(WORK INSTRUCTION):
Your task is to copy each line of the material that holds the word "ThreePointArc".

(RECORDS FOR THIS TASK):

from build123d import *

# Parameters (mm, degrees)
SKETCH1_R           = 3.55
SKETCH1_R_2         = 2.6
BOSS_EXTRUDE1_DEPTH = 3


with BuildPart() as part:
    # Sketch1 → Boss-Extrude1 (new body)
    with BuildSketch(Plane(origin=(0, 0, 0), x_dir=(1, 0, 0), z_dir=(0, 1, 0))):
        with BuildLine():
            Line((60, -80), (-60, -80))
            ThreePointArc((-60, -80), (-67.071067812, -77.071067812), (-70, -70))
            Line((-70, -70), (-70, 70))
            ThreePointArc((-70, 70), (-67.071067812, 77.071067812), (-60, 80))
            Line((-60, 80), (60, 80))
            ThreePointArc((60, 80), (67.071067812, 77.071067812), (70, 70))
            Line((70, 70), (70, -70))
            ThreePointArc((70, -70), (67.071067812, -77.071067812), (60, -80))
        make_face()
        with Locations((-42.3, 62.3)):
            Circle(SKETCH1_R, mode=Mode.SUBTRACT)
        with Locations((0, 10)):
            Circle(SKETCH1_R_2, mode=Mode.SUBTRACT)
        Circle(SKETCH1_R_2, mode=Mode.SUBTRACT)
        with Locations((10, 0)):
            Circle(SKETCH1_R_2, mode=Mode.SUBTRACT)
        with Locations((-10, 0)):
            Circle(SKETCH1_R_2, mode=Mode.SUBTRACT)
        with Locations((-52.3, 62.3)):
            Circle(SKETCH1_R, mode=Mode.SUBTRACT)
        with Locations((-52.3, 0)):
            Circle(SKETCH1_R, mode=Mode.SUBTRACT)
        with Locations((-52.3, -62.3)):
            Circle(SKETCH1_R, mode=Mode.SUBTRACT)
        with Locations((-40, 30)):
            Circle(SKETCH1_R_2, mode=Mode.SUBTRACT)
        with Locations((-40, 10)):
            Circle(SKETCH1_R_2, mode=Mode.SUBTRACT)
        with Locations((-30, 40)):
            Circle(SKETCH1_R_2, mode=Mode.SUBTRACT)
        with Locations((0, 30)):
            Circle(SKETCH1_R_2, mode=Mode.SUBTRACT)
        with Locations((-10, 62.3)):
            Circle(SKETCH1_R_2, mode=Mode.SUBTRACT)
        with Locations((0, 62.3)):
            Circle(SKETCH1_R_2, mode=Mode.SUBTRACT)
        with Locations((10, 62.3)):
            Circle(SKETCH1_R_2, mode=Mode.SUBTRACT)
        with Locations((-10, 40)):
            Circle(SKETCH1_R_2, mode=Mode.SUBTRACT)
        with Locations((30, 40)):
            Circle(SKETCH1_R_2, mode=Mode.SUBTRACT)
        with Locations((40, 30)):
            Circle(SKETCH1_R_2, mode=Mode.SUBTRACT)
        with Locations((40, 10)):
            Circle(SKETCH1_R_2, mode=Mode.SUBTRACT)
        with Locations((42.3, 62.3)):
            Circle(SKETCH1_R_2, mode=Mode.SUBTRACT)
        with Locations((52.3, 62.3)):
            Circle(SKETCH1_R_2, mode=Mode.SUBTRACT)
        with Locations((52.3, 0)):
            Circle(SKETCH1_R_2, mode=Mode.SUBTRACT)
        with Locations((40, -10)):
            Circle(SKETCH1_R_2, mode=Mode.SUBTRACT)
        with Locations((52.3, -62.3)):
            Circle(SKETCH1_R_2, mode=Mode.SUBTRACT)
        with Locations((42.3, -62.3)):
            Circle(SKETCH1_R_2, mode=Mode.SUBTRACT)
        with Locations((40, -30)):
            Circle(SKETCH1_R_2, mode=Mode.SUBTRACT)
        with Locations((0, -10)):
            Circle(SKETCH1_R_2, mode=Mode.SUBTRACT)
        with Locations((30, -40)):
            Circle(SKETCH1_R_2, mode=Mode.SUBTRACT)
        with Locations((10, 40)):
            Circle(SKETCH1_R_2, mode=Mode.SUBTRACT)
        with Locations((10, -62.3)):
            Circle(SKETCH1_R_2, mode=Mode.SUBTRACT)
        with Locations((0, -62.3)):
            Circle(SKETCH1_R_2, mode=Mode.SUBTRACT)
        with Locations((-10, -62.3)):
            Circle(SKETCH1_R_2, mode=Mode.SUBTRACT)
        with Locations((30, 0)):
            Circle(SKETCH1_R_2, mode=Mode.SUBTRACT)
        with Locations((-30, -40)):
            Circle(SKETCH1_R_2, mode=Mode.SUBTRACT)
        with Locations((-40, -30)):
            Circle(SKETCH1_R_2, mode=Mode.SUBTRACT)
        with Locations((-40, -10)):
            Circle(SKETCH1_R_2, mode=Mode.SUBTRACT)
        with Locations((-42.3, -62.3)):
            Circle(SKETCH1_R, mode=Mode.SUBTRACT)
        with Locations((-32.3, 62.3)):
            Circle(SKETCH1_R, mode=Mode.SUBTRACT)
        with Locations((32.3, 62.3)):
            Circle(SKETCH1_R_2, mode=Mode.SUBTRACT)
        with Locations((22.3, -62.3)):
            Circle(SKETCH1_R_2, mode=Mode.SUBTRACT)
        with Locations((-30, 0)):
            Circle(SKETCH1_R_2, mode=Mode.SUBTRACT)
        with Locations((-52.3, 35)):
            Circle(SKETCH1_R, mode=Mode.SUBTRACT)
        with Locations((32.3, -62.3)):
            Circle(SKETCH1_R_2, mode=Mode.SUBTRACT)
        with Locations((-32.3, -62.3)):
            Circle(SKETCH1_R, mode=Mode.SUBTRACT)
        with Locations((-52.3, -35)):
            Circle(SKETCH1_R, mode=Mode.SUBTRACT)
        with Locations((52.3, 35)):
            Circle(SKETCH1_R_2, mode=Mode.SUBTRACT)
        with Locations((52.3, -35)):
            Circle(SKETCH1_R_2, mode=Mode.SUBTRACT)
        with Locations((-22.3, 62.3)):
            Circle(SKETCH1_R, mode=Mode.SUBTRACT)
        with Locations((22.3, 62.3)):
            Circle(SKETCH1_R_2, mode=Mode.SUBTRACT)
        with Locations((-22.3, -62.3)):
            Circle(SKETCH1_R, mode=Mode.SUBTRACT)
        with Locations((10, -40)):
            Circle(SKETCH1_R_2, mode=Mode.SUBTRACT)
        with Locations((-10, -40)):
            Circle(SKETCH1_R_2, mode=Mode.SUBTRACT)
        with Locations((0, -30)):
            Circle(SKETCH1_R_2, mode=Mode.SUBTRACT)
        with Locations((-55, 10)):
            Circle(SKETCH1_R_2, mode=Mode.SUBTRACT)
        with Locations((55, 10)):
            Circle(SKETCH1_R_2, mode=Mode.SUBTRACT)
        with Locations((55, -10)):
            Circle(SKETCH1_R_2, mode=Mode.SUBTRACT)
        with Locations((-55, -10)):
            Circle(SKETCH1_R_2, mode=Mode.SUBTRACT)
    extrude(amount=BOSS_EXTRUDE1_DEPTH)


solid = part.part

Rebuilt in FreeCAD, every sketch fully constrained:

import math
import FreeCAD as App
import Part
import Sketcher

doc = App.newDocument("Part")
body = doc.addObject("PartDesign::Body", "Body")

sketch1 = doc.addObject("Sketcher::SketchObject", "Sketch")
body.addObject(sketch1)
sketch1.AttachmentSupport = (doc.XZ_Plane, [""])
sketch1.MapMode = "FlatFace"
sketch1.addGeometry([
    Part.LineSegment(App.Vector(-60, 80, 0), App.Vector(60, 80, 0)),
    Part.ArcOfCircle(Part.Circle(App.Vector(60, 70, 0), App.Vector(0, 0, 1), 10), math.radians(0), math.radians(90)),
    Part.LineSegment(App.Vector(70, 70, 0), App.Vector(70, -70, 0)),
    Part.ArcOfCircle(Part.Circle(App.Vector(60, -70, 0), App.Vector(0, 0, 1), 10), math.radians(-90), math.radians(0)),
    Part.LineSegment(App.Vector(60, -80, 0), App.Vector(-60, -80, 0)),
    Part.ArcOfCircle(Part.Circle(App.Vector(-60, -70, 0), App.Vector(0, 0, 1), 10), math.radians(180), math.radians(270)),
    Part.LineSegment(App.Vector(-70, -70, 0), App.Vector(-70, 70, 0)),
    Part.ArcOfCircle(Part.Circle(App.Vector(-60, 70, 0), App.Vector(0, 0, 1), 10), math.radians(90), math.radians(180)),
    Part.Circle(App.Vector(52.3, 62.3, 0), App.Vector(0, 0, 1), 2.6),
    Part.Circle(App.Vector(42.3, 62.3, 0), App.Vector(0, 0, 1), 2.6),
    Part.Circle(App.Vector(32.3, 62.3, 0), App.Vector(0, 0, 1), 2.6),
    Part.Circle(App.Vector(52.3, 35, 0), App.Vector(0, 0, 1), 2.6),
    Part.Circle(App.Vector(30, 40, 0), App.Vector(0, 0, 1), 2.6),
    Part.Circle(App.Vector(22.3, 62.3, 0), App.Vector(0, 0, 1), 2.6),
    Part.Circle(App.Vector(10, 62.3, 0), App.Vector(0, 0, 1), 2.6),
    Part.Circle(App.Vector(10, 40, 0), App.Vector(0, 0, 1), 2.6),
    Part.Circle(App.Vector(40, 30, 0), App.Vector(0, 0, 1), 2.6),
    Part.Circle(App.Vector(55, 10, 0), App.Vector(0, 0, 1), 2.6),
    Part.Circle(App.Vector(40, 10, 0), App.Vector(0, 0, 1), 2.6),
    Part.Circle(App.Vector(0, 62.3, 0), App.Vector(0, 0, 1), 2.6),
    Part.Circle(App.Vector(-10, 62.3, 0), App.Vector(0, 0, 1), 2.6),
    Part.Circle(App.Vector(-22.3, 62.3, 0), App.Vector(0, 0, 1), 3.5),
    Part.Circle(App.Vector(-10, 40, 0), App.Vector(0, 0, 1), 2.6),
    Part.Circle(App.Vector(-32.3, 62.3, 0), App.Vector(0, 0, 1), 3.5),
    Part.Circle(App.Vector(-42.3, 62.3, 0), App.Vector(0, 0, 1), 3.5),
    Part.Circle(App.Vector(-52.3, 62.3, 0), App.Vector(0, 0, 1), 3.5),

(WRITTEN ANSWER):
            ThreePointArc((-60, -80), (-67.071067812, -77.071067812), (-70, -70))
            ThreePointArc((-70, 70), (-67.071067812, 77.071067812), (-60, 80))
            ThreePointArc((60, 80), (67.071067812, 77.071067812), (70, 70))
            ThreePointArc((70, -70), (67.071067812, -77.071067812), (60, -80))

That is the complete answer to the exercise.